I have a platform now where i see Millions of dollars changing hands ever so often. I ask myself, "given what i have now, can i use this to my advantage?"
We all WANT to survive. We all WANT a better life for ourselves and/or our family in the future. Will we DIE if we just cannot get the good grades, no matter how hard we try? I want to challenge that.
I finally realised that i want to make something for myself so that in the end, i can offer some sort of paid jobs to those juniors of mine whom feels lost and afraid of what they will become of in the future.
Now, before you roll your eyeballs and say "Sheesh, who does this person think he is? some kind of god?"
I need to make things very clear.
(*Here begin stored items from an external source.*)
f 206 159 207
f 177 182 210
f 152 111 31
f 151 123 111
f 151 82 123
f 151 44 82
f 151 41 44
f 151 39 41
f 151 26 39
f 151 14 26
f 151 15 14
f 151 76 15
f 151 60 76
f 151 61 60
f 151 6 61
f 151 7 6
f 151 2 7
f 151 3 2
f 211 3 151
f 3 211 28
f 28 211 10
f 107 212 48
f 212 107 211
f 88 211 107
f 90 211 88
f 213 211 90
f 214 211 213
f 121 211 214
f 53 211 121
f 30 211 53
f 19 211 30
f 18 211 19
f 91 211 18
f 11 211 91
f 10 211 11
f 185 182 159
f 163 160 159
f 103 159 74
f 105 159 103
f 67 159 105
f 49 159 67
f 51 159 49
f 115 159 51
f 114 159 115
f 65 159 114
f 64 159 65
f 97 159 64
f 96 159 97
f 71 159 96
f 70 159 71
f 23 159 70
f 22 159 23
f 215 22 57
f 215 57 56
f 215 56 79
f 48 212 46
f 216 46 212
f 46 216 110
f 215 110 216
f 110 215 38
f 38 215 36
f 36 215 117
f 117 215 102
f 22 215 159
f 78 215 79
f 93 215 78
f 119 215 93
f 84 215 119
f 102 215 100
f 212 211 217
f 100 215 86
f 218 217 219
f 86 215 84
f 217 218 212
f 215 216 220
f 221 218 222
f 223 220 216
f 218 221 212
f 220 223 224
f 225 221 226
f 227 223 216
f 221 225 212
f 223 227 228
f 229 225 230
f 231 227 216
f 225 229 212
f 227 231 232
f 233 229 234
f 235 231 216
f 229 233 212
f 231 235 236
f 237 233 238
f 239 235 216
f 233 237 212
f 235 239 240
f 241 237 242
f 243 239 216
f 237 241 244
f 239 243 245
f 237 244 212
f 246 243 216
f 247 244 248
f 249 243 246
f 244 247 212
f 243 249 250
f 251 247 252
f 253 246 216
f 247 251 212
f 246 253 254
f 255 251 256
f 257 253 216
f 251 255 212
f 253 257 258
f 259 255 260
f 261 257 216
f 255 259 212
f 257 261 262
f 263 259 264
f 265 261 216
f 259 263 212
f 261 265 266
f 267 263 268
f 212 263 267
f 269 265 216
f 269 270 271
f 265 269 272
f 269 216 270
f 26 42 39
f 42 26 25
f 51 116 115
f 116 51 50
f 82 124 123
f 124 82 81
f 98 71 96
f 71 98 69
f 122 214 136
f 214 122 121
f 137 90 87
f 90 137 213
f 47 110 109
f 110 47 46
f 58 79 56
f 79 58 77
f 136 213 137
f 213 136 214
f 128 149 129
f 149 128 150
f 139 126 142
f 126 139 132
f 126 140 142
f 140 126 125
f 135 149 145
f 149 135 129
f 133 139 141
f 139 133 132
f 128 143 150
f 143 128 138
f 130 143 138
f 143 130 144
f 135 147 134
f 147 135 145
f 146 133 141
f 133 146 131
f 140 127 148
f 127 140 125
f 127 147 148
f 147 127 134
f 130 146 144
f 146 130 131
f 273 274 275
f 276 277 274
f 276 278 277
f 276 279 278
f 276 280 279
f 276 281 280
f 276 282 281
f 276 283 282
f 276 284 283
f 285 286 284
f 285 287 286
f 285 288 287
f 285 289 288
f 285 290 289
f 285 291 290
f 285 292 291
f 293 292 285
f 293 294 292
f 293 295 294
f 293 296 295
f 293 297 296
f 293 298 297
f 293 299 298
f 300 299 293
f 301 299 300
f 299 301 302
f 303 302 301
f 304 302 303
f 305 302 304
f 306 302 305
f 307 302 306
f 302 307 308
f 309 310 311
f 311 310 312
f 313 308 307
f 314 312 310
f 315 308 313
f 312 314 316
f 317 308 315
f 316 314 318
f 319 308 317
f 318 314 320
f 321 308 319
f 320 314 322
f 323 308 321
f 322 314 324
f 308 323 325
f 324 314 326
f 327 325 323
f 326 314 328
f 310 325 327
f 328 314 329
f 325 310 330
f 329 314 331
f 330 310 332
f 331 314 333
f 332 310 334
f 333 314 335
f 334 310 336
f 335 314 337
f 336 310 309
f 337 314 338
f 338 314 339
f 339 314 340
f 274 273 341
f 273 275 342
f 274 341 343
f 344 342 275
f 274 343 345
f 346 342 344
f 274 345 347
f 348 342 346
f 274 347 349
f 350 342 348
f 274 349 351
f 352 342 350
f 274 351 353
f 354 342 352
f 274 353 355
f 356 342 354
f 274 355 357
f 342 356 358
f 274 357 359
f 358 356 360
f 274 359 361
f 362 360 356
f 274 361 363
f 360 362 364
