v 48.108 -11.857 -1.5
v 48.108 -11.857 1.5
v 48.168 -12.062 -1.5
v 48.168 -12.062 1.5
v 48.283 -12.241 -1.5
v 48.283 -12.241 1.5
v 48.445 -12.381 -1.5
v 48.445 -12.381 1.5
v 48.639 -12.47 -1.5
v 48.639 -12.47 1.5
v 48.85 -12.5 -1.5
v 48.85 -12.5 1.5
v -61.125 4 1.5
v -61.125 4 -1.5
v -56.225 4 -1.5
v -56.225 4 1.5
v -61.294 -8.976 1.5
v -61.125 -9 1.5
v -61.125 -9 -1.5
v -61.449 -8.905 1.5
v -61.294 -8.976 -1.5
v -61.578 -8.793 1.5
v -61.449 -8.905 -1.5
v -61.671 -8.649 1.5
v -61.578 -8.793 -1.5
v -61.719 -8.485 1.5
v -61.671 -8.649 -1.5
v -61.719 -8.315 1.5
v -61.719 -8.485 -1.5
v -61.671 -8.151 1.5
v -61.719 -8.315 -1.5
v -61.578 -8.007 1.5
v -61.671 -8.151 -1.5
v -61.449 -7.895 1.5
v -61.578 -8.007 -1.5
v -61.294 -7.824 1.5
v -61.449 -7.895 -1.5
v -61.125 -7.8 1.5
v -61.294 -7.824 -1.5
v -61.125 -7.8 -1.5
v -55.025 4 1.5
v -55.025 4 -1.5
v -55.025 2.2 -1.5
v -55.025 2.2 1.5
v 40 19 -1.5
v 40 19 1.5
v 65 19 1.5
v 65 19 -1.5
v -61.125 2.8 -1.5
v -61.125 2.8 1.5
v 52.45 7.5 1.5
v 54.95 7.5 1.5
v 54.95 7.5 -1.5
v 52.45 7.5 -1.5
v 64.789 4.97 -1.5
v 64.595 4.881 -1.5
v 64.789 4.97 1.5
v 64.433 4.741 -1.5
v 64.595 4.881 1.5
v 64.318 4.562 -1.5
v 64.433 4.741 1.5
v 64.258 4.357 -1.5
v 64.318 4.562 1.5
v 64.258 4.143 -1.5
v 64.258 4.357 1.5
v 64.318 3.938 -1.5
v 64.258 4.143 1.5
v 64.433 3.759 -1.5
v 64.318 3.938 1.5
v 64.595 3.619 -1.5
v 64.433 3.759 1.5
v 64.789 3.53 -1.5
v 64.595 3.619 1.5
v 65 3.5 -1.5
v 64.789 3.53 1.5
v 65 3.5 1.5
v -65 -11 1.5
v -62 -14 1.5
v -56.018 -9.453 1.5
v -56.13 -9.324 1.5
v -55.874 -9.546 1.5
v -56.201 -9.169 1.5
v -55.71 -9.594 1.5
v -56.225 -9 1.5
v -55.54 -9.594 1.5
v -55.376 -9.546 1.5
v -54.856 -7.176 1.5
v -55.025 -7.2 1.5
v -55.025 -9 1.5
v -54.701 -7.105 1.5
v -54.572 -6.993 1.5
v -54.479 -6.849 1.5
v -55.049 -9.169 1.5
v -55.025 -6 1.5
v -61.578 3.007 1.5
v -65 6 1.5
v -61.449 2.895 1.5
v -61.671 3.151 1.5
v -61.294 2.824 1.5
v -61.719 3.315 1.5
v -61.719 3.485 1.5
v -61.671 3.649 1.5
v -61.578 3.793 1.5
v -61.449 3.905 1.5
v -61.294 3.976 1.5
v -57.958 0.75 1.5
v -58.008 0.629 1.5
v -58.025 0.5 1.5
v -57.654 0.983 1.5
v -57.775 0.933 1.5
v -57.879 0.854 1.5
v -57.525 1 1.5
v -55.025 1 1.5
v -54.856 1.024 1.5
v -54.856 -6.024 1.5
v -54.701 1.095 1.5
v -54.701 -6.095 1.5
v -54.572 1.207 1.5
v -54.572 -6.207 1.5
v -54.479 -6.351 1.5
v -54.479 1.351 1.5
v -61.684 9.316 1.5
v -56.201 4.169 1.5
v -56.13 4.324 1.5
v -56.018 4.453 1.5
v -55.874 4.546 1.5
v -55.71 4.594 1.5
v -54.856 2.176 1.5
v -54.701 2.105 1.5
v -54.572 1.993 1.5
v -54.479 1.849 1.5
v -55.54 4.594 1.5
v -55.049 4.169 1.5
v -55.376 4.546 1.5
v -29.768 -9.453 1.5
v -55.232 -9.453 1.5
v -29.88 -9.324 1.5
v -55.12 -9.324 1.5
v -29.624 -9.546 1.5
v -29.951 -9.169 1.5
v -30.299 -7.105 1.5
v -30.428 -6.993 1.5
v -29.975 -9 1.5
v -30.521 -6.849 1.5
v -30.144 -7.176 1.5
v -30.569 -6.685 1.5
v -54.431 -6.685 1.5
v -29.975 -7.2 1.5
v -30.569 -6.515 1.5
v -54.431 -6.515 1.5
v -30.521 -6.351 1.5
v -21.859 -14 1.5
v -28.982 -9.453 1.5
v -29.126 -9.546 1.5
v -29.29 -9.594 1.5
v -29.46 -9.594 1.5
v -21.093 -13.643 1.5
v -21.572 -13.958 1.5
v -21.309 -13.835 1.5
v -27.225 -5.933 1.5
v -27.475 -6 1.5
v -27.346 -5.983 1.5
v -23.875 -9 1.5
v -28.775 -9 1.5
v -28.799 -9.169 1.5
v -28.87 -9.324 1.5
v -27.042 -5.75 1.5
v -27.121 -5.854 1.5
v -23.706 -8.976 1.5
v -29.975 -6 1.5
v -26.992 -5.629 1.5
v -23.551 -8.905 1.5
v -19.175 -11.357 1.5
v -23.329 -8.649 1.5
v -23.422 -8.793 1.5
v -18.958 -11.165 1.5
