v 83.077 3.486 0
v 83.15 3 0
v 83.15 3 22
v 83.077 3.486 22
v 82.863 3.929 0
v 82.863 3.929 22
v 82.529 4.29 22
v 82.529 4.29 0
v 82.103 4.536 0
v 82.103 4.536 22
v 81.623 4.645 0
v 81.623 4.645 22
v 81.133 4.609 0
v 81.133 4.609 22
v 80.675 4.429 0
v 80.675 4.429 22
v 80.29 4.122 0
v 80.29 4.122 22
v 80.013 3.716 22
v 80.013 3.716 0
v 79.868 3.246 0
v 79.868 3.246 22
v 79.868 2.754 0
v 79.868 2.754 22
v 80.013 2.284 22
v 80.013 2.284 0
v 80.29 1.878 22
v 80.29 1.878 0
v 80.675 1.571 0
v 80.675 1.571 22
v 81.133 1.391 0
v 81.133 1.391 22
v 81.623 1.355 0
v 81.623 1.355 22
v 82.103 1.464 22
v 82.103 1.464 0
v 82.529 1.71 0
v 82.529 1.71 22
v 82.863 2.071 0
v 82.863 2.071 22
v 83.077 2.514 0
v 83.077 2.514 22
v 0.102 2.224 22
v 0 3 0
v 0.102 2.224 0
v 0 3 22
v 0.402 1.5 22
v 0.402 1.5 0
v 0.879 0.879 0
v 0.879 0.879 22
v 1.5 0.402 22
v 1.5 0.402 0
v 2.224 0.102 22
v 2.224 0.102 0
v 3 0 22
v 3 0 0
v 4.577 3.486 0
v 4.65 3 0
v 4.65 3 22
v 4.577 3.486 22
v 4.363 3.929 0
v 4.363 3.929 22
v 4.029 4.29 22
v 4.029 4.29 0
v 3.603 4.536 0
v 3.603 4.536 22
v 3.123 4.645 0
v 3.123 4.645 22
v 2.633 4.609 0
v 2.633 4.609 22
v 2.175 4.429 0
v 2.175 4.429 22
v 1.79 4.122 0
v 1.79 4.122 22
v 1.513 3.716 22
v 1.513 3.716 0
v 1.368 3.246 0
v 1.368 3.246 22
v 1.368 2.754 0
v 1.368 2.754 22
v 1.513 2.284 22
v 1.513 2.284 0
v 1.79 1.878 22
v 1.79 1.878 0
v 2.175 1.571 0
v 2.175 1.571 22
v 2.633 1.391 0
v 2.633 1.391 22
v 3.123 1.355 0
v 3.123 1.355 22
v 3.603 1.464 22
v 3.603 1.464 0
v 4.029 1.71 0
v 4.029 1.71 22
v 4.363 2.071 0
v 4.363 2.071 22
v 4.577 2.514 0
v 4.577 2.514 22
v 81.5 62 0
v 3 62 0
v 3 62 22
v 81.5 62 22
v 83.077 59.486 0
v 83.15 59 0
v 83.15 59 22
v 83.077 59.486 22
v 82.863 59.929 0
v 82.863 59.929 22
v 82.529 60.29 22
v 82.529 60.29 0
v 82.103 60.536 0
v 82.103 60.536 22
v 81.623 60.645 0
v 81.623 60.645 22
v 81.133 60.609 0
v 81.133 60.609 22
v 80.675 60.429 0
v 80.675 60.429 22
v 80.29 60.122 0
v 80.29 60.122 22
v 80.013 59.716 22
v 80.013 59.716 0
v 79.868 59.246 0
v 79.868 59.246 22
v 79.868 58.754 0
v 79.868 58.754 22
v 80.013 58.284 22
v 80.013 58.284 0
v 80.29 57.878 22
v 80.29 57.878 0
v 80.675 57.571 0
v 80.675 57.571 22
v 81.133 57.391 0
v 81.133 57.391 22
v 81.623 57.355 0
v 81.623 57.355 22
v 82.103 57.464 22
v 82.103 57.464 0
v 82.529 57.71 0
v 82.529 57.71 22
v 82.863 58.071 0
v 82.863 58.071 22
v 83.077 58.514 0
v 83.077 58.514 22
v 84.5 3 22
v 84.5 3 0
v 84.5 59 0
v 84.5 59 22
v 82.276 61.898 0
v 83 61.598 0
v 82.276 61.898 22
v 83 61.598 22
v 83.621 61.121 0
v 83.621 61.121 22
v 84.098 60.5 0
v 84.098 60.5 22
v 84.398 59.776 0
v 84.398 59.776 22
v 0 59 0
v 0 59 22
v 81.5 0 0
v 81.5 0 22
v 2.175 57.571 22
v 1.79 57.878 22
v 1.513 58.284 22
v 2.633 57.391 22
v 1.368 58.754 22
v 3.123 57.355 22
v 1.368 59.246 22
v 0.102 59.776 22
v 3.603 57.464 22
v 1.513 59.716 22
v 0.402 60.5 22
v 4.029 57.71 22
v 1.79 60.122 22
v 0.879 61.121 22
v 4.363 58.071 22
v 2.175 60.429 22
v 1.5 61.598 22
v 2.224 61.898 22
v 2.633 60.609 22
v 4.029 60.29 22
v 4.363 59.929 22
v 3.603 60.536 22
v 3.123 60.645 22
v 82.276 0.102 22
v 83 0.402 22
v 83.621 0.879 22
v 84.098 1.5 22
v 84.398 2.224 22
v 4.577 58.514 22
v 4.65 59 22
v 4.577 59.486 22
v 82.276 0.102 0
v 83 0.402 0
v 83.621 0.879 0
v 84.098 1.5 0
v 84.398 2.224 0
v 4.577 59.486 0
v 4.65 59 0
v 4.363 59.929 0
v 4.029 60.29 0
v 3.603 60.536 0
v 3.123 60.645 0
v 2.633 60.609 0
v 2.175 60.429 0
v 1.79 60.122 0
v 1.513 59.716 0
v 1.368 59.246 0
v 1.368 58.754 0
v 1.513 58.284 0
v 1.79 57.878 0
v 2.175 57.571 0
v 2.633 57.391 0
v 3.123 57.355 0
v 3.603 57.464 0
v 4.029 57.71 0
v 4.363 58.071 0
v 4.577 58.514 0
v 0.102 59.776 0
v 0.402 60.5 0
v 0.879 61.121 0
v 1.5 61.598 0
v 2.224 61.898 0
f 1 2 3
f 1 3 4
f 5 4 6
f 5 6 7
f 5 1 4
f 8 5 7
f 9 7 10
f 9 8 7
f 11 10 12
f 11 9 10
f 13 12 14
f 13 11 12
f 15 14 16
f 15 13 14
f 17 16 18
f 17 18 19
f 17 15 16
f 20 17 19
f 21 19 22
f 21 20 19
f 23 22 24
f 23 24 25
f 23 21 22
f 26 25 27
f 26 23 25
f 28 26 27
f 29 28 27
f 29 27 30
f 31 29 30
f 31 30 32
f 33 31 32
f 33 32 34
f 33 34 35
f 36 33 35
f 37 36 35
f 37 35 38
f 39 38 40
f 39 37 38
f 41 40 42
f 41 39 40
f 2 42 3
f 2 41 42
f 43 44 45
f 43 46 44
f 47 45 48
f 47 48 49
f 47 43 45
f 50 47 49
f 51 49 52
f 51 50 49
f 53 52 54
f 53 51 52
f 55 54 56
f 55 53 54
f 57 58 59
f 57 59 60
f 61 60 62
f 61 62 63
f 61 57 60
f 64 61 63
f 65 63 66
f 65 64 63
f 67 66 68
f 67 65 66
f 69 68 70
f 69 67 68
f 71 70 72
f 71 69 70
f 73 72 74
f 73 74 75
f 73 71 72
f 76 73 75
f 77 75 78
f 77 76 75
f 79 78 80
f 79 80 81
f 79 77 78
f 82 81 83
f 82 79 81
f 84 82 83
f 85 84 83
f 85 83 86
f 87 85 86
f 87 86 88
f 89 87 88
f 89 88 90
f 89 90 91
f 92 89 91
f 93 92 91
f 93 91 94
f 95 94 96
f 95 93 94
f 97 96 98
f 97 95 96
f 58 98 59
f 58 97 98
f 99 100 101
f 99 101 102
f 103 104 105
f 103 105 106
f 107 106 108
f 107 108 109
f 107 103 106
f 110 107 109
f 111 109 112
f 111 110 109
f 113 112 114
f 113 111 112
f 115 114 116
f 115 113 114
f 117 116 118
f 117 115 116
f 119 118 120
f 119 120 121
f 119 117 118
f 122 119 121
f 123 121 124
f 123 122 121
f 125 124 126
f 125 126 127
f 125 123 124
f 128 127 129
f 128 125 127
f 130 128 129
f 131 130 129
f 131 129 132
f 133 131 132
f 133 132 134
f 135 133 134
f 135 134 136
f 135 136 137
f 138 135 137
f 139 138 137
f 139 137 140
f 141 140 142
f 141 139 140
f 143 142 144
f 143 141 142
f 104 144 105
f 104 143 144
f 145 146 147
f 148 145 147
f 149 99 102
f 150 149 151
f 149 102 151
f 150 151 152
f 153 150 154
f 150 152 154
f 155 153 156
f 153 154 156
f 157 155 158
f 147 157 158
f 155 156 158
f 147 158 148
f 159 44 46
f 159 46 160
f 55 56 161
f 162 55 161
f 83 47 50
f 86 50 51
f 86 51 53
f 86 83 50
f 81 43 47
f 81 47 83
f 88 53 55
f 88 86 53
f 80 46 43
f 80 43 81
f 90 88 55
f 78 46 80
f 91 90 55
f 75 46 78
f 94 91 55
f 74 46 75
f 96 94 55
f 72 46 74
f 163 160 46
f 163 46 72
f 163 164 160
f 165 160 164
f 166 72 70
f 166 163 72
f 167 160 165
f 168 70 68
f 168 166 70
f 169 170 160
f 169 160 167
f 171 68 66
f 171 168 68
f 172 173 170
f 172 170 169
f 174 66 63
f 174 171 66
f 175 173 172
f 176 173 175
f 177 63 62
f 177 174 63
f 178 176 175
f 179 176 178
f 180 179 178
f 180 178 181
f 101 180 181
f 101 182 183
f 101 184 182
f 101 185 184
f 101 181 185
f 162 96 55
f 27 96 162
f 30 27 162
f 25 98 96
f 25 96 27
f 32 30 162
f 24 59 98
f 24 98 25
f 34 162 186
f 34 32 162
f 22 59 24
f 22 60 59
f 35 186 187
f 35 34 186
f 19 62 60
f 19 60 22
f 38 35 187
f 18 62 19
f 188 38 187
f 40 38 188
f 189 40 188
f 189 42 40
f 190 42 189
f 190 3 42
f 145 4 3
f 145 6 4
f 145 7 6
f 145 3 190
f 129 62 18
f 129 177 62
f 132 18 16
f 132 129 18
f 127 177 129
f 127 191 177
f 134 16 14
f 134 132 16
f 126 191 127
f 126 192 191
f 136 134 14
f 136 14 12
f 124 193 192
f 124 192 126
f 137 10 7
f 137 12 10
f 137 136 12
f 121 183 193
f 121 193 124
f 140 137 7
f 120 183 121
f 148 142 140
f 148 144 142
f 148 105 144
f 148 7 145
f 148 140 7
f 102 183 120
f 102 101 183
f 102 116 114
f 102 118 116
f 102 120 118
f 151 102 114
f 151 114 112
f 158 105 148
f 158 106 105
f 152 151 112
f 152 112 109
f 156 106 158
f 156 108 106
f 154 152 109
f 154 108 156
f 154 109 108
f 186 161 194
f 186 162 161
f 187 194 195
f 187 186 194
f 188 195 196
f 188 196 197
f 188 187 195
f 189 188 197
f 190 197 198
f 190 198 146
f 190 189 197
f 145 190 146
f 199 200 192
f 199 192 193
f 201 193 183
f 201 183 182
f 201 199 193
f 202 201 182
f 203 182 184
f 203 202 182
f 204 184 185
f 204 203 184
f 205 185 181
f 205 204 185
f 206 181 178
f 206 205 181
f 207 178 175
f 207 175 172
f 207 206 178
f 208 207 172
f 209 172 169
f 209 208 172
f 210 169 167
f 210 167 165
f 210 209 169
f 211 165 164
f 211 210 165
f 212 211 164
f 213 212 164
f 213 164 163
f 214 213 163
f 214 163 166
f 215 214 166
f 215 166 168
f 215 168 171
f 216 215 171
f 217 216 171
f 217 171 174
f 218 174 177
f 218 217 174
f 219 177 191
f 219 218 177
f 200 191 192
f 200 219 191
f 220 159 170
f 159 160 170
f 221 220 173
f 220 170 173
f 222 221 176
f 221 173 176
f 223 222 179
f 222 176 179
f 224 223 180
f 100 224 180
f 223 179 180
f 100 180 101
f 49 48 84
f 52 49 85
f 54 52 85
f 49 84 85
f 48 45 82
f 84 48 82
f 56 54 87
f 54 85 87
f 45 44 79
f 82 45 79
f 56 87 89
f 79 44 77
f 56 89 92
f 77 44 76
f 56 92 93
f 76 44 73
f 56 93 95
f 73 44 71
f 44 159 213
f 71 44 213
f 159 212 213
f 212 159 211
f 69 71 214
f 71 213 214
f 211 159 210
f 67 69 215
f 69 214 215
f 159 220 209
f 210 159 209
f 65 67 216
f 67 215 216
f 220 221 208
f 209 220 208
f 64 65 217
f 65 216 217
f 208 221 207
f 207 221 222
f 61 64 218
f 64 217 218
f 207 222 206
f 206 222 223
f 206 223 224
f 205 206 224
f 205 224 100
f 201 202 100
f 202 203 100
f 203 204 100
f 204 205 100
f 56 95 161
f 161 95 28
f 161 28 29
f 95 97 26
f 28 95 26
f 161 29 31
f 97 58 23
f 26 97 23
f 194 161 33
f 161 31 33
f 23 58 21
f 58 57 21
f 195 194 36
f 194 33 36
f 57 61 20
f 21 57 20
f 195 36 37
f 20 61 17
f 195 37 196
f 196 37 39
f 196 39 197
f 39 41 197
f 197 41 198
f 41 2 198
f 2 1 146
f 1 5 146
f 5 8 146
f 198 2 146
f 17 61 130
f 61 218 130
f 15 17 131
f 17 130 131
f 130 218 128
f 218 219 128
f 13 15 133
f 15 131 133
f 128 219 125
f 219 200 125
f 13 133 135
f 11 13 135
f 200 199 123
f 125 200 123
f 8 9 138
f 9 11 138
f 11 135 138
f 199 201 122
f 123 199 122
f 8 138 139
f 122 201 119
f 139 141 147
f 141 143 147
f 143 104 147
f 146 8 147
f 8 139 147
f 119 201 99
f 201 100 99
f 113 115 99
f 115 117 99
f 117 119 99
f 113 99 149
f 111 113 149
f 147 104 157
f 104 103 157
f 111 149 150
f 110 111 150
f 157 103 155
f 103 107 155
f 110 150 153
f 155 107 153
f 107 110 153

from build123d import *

# Parameters (mm, degrees)
CROQUIS1_W              = 84.5
CROQUIS1_H              = 62
CROQUIS1_R              = 1.65
SALIENTE_EXTRUIR1_DEPTH = 22
REDONDEO1_R             = 3


with BuildPart() as part:
    # Croquis1 → Saliente-Extruir1 (new body)
    with BuildSketch(Plane.XY):
        with Locations((42.25, 31)):
            Rectangle(CROQUIS1_W, CROQUIS1_H)
        with Locations((3, 3)):
            Circle(CROQUIS1_R, mode=Mode.SUBTRACT)
        with Locations((81.5, 3)):
            Circle(CROQUIS1_R, mode=Mode.SUBTRACT)
        with Locations((81.5, 59)):
            Circle(CROQUIS1_R, mode=Mode.SUBTRACT)
        with Locations((3, 59)):
            Circle(CROQUIS1_R, mode=Mode.SUBTRACT)
    extrude(amount=SALIENTE_EXTRUIR1_DEPTH)

    # Redondeo1
    redondeo1_edges = [part.edges().sort_by_distance(p)[0] for p in [
        (0, 62, 11),
        (84.5, 62, 11),
        (84.5, 0, 11),
        (0, 0, 11),
    ]]
    fillet(redondeo1_edges, radius=REDONDEO1_R)


solid = part.part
I have and will NEVER play god in any form, kind or fashion. People like Boonyong, Colin, Julius etc etc are special people in my heart. I have long treated them like my own flesh and blood. In the event where they feel they want to be secured with their life, and i can offer them some sort of job in my capacity, why not? Ultimately, when i get rich by my own right, i won't reach my status alone. I will want my family yo share the fruits of my labour with me. Of course, i can't possibly be looking out for people i do not know.
I'am very bias in that regard. So this is my long term goal from now on.
I have also decided that i will NOT enter monkhood after all. I cannot accept the fact that the old man, and not my fatehr, who is alive and well is the one who will offer me my robes and which i have to seek forgiveness from. That, to me, is just plain wrong.
I am a very straight forward person i know. Glen, if you are reading this entry, which i KNOW you will SOMEHOW, know this. DO NOT EVER tell me me what i can do or cannot do, and most definately not what i can or cannot wear. You have lost that right to demand things from me for a very simple reason. You took me for granted. When i told you NOT to sleep in my sister's room, you refused to listen. I even had to give you a good verbal trashing. Yet, that STILL did not work. I told you at work NOT to sleep during office hours, NOT to be late. ALL these, you took it as if i was an idoit talking to you. You feel that the shirt i am wearing now is very important to you and that when i wear it you won't be happy, then let me tell you this. This is HOW it feels like when something important to you is totally disregarded by people you respect as a fellow adult. I will wear what i want WHEN i want it. FULL STOP. Not happy with the way i do things? then don't come to my place at all. Simple as that. Capish?
To the person i love, i suppose you know who you are and you do, as you claim read my blog, i only have one thing to say to you. You can hate me, avoid me or even condem me in your heart. I really have no more energy to bother. But i just need you to do me a favour.
Just tell me so. Say you hate me, say ANYTHING. Tell me you never want to see or hear from me again. At least, i know what my stand is. Don't just ignore me.
If you are wondering, YES, my MSN nick DOES mean "i love you". as for what "Bay Kango" means, you go figure it out yourself.
Just tell me, let me know SOMETHING. Don't keep me guessing. Not too much to ask is it?
EarlGrey


3 Comments:
nice blog. very clean layout. unlike other blogs; so complicated to read.
i'm sorrie..
Why say sorry if you aren't even gonna tell me who you are?